Assignment: Please copy each line of the records below that holds the word "Vertical".

++++ Material to process

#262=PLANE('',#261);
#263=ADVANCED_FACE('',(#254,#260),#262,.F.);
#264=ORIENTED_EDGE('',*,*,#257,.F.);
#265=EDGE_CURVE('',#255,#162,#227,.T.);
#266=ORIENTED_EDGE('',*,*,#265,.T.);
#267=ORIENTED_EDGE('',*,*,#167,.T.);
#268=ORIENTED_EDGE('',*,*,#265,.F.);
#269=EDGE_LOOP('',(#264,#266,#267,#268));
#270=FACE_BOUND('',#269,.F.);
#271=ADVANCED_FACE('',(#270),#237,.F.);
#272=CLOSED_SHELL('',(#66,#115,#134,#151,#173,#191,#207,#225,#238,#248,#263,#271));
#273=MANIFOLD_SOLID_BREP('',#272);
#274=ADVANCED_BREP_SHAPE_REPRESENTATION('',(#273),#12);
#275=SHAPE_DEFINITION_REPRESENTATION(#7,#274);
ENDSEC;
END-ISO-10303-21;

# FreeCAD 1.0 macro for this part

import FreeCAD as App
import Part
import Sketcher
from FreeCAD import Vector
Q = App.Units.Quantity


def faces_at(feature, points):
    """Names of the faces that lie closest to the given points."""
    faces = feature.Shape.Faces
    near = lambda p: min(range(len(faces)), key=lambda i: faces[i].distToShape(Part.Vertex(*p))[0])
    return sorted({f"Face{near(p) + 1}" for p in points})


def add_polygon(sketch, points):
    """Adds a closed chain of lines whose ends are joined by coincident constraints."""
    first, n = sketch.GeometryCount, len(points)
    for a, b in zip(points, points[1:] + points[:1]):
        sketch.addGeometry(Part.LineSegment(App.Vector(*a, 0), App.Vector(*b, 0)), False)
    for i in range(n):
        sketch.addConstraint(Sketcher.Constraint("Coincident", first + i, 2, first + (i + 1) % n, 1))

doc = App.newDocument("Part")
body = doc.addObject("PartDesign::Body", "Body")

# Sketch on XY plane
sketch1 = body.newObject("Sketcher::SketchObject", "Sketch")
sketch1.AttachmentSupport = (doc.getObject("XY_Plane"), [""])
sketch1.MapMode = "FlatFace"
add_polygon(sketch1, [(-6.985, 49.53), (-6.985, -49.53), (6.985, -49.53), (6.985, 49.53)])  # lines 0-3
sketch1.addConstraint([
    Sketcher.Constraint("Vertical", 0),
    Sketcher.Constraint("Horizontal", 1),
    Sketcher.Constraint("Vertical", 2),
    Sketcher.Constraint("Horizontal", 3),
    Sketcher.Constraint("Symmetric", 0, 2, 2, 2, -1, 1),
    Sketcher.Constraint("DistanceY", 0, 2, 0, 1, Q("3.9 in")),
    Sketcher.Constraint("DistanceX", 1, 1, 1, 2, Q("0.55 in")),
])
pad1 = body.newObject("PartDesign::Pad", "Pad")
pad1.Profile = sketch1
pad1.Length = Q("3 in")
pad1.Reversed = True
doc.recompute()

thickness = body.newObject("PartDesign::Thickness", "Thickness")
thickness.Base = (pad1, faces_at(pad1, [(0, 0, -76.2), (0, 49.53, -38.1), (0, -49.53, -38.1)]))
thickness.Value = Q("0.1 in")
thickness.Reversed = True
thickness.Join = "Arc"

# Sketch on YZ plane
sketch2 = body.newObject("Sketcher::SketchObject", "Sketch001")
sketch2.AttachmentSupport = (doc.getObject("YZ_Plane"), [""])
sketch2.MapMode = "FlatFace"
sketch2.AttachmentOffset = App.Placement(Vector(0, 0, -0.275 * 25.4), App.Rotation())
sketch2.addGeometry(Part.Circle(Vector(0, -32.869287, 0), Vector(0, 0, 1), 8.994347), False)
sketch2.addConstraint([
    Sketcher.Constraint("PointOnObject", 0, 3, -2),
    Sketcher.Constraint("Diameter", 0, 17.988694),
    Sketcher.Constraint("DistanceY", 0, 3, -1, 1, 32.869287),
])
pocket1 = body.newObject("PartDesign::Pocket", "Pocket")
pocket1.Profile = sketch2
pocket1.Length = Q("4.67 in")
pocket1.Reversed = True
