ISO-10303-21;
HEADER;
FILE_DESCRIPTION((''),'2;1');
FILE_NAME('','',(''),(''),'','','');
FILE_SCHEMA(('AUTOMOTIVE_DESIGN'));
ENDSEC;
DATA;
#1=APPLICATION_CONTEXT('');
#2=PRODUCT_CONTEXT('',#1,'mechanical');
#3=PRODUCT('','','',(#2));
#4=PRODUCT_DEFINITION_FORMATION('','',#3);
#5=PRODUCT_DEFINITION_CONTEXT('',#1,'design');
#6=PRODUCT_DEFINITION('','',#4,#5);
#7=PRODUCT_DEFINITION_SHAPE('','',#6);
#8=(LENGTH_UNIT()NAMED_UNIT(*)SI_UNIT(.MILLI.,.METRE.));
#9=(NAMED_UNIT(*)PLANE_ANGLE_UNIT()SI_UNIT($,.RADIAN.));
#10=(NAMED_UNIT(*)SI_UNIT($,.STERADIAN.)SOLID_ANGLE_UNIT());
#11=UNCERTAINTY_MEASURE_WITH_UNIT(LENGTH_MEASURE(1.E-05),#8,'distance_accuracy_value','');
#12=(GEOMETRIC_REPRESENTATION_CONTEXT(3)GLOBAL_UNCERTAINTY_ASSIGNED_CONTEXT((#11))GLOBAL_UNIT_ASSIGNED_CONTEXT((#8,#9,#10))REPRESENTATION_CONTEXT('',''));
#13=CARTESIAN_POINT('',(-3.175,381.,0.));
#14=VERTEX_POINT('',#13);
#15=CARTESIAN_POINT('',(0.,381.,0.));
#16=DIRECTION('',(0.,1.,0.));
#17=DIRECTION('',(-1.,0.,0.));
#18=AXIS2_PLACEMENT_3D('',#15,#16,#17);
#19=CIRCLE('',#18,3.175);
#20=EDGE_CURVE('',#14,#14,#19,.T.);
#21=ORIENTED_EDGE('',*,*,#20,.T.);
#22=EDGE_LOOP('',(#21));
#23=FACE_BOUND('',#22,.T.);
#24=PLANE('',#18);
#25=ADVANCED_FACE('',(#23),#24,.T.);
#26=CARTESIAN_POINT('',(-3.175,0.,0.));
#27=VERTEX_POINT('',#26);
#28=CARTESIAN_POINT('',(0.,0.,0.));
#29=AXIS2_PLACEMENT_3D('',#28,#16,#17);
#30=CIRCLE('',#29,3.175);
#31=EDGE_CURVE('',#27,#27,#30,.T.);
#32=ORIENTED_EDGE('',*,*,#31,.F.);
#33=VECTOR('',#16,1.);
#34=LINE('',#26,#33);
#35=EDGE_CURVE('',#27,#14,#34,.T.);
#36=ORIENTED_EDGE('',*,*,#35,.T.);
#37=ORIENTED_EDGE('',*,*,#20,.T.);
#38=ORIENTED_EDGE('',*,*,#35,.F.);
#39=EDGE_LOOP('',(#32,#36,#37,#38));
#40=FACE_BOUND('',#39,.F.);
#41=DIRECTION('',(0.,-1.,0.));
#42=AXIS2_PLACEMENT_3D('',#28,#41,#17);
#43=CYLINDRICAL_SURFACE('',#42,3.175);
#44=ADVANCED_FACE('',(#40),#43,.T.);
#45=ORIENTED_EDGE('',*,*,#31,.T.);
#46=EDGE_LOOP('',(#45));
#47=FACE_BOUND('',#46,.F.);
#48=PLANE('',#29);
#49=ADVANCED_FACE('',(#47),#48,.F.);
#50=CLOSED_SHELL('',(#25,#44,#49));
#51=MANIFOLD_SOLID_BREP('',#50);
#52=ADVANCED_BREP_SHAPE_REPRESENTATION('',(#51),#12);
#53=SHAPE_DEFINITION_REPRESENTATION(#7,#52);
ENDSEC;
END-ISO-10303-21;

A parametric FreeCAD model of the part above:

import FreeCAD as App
import Part
import Sketcher
Q = App.Units.Quantity

doc = App.newDocument("Part")
body = doc.addObject("PartDesign::Body", "Body")

# Sketch on XZ plane
sketch1 = body.newObject("Sketcher::SketchObject", "Sketch")
sketch1.AttachmentSupport = (doc.getObject("XZ_Plane"), [""])
sketch1.MapMode = "FlatFace"
sketch1.addGeometry(Part.Circle(App.Vector(0, 0, 0), App.Vector(0, 0, 1), 3.2), False)
sketch1.addConstraint([
    Sketcher.Constraint("Coincident", 0, 3, -1, 1),
    Sketcher.Constraint("Diameter", 0, Q("0.25 in")),
])
pad1 = body.newObject("PartDesign::Pad", "Pad")
pad1.Profile = sketch1
pad1.Length = Q("15 in")
pad1.Reversed = True

doc.recompute()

++++++++

Worked solution:
    Sketcher.Constraint("Vertical", 0),
    Sketcher.Constraint("Vertical", 2),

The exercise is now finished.